## Exercise directions
Locate the line that contains "#151=EDGE_LOOP('',(#150));" in the entries below, then repeat it and every following line through the line that contains "#158=ADVANCED_FACE('',(#152,#155),#157,.F.);", exactly, and no others.
*** Opening Dataset ***
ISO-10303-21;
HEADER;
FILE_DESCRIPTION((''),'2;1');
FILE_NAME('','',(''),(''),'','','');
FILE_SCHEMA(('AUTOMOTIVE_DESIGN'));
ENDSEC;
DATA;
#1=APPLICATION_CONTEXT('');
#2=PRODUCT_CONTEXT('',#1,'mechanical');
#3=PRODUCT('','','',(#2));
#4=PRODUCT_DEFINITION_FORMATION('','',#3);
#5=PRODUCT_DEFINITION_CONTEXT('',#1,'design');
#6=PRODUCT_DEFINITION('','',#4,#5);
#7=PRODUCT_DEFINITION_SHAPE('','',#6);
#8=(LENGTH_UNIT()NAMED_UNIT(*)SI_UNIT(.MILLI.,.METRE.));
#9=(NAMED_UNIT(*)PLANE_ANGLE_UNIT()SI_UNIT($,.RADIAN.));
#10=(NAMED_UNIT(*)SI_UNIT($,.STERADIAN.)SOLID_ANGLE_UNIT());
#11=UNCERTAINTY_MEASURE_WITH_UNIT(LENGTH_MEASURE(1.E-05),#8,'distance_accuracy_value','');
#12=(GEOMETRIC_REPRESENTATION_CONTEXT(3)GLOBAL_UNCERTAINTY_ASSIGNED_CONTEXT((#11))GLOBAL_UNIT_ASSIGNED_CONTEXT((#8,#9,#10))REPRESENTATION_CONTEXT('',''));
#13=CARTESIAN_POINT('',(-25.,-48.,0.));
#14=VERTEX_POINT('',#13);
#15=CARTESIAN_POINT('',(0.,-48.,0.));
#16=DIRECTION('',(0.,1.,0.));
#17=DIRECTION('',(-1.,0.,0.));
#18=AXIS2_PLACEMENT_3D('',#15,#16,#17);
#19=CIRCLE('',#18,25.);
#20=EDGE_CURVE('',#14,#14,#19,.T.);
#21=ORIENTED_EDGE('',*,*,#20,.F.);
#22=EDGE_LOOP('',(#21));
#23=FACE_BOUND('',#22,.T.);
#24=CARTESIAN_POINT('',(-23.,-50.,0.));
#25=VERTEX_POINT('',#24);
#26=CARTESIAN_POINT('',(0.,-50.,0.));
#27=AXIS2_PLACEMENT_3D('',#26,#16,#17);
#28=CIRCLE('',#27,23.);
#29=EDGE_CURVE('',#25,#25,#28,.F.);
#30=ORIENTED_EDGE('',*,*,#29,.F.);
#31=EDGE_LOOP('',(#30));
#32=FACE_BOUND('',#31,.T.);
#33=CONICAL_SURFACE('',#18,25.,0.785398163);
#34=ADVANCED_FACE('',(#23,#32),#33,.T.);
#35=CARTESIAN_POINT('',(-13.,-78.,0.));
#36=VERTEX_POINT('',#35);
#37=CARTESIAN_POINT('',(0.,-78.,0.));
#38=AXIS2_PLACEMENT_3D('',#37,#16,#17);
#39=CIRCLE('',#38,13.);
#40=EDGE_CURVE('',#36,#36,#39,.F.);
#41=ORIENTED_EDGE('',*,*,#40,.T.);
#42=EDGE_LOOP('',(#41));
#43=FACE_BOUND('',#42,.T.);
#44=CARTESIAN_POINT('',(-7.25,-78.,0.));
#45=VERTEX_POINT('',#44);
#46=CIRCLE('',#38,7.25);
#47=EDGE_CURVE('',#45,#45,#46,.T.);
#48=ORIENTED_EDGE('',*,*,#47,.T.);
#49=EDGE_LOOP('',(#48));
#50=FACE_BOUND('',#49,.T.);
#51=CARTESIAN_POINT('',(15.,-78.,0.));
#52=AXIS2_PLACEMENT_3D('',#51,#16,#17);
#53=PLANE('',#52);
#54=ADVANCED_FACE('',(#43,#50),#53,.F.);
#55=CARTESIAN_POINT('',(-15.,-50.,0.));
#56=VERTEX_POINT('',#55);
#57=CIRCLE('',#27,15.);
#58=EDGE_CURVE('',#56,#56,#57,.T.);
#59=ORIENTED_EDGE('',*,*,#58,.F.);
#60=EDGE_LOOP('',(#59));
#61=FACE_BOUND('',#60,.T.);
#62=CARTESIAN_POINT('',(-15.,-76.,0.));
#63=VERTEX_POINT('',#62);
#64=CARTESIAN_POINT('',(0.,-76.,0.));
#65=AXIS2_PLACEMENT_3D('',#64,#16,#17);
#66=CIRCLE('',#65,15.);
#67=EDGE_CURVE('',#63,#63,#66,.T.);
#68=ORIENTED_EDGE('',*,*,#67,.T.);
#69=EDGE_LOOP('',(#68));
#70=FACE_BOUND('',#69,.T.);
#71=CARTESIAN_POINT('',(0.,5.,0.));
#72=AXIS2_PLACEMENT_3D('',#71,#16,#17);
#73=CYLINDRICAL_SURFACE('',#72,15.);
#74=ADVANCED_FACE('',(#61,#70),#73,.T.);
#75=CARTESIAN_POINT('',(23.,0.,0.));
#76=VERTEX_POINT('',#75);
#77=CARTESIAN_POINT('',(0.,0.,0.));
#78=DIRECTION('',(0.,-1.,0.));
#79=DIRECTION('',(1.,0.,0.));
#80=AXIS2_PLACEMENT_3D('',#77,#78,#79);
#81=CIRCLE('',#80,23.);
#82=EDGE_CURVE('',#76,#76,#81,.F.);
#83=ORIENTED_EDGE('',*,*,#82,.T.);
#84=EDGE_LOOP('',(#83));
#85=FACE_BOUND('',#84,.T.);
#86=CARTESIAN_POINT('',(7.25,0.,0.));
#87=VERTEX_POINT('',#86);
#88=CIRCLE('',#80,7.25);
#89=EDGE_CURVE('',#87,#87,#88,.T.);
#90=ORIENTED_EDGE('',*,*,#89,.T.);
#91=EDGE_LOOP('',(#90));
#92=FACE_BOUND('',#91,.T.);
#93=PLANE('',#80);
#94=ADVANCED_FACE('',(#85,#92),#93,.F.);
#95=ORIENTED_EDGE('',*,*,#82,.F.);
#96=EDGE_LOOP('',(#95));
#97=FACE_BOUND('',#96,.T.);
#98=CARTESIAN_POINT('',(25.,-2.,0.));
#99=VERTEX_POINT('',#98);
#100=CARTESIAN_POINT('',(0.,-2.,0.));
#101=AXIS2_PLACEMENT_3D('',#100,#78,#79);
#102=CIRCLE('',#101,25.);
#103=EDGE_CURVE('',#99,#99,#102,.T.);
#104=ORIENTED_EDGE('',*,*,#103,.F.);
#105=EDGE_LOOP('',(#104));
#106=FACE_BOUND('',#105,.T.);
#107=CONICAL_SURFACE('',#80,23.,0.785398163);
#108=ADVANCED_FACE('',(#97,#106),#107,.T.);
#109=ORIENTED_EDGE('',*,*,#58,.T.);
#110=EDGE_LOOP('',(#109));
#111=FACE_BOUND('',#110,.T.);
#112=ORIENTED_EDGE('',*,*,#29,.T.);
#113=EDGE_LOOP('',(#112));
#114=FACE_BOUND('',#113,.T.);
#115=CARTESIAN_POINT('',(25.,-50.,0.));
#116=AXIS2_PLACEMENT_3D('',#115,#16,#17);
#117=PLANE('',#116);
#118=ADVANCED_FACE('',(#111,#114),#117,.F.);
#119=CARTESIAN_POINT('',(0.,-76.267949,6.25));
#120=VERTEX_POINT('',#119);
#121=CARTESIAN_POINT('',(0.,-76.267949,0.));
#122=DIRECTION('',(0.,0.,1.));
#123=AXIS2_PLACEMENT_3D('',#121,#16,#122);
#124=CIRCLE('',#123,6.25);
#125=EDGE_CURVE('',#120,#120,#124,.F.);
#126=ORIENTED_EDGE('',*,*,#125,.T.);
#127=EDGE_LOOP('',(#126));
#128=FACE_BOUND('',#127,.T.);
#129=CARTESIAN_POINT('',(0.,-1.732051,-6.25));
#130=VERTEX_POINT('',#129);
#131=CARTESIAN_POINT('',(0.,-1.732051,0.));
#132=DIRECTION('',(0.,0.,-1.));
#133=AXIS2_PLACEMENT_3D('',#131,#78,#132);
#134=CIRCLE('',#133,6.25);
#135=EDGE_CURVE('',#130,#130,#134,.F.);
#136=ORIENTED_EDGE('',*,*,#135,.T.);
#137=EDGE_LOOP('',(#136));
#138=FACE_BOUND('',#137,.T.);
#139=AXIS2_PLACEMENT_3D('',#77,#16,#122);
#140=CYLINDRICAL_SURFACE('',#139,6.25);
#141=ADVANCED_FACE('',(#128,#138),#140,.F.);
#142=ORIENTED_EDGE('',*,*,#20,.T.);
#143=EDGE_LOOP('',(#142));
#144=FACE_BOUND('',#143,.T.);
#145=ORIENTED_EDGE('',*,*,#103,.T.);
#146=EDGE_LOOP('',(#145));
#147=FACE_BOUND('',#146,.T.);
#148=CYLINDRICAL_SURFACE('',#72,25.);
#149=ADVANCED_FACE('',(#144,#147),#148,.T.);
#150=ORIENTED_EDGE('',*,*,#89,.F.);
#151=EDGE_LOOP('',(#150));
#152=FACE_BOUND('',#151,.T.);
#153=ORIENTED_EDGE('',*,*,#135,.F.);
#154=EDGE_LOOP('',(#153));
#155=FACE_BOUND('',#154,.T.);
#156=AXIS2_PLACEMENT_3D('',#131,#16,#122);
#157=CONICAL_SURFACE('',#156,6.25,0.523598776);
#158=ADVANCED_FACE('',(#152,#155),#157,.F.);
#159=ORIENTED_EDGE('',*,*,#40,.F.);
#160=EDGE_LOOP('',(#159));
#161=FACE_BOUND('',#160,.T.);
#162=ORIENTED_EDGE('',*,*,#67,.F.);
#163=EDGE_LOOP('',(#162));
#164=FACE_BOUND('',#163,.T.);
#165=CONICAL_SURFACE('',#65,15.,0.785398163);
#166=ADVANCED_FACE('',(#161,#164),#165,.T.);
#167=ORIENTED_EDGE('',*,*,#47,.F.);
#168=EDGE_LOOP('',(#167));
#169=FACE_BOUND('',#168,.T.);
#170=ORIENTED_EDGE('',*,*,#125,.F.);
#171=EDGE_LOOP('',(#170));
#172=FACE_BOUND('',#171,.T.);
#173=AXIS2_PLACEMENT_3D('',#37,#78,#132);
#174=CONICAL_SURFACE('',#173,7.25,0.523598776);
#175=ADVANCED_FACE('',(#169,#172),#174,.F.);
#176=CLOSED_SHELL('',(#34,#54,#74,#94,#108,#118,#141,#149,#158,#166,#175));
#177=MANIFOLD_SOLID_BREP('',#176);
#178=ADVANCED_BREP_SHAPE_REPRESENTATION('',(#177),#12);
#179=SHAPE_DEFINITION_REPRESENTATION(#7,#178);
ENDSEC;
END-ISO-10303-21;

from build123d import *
from OCP.BRepFilletAPI import BRepFilletAPI_MakeChamfer

# Parameters (mm, degrees)
CHAMFER1_SIZE                = 2
F_12_5_12_5_DIAMETER_HOLE1_D = 12.5
CHAMFER2_SIZE                = 1
CHAMFER2_SIZE2               = 1.732050808


with BuildPart() as part:
    # Sketch1 → Revolve1 (revolve)
    with BuildSketch(Plane.XY, mode=Mode.PRIVATE) as revolve1_sk:
        Polygon((0, 0), (25, 0), (25, -50), (15, -50), (15, -78), (0, -78), align=None)
    revolve(revolve1_sk.sketch.rotate(Axis((0, 5, 0), (0, -1, 0)), 180), axis=Axis((0, 5, 0), (0, -1, 0)))

    # Chamfer1
    chamfer1_edges = [part.edges().sort_by_distance(p)[0] for p in [
        (15, -78, 0),
        (25, -50, 0),
        (25, 0, 0),
    ]]
    chamfer(chamfer1_edges, length=CHAMFER1_SIZE)

    # Ø12.5 (12.5) Diameter Hole1 (through all)
    with Locations(Plane(origin=(0, 0, 0), x_dir=(1, 0, 0), z_dir=(0, 1, 0))):
        with Locations((0, 0)):
            Hole(F_12_5_12_5_DIAMETER_HOLE1_D / 2)

    # Chamfer2: one chamfer whose edges measure the first distance from different faces: ONE call of the kernel's chamfer builder (chamfer() names one face for all edges)
    chamfer2_edges_1 = [part.edges().sort_by_distance(p)[0] for p in [
        (6.25, 0, 0),
    ]]
    chamfer2_side_1 = [part.faces().sort_by_distance(p)[0] for p in [
        (22.349461761, 0, 0),
    ]]
    chamfer2_edges_2 = [part.edges().sort_by_distance(p)[0] for p in [
        (6.25, -78, 0),
    ]]
    chamfer2_side_2 = [part.faces().sort_by_distance(p)[0] for p in [
        (12.632304474, -78, 0),
    ]]
    chamfer2 = BRepFilletAPI_MakeChamfer(part.part.solid().wrapped)
    for e in chamfer2_edges_1:
        chamfer2.Add(CHAMFER2_SIZE, CHAMFER2_SIZE2, e.wrapped, chamfer2_side_1[0].wrapped)  # the first distance lies on this face
    for e in chamfer2_edges_2:
        chamfer2.Add(CHAMFER2_SIZE, CHAMFER2_SIZE2, e.wrapped, chamfer2_side_2[0].wrapped)  # the first distance lies on this face
    add(Compound.cast(chamfer2.Shape()), mode=Mode.REPLACE)


solid = part.part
*** Closing Dataset ***
## Response box
#151=EDGE_LOOP('',(#150));
#152=FACE_BOUND('',#151,.T.);
#153=ORIENTED_EDGE('',*,*,#135,.F.);
#154=EDGE_LOOP('',(#153));
#155=FACE_BOUND('',#154,.T.);
#156=AXIS2_PLACEMENT_3D('',#131,#16,#122);
#157=CONICAL_SURFACE('',#156,6.25,0.523598776);
#158=ADVANCED_FACE('',(#152,#155),#157,.F.);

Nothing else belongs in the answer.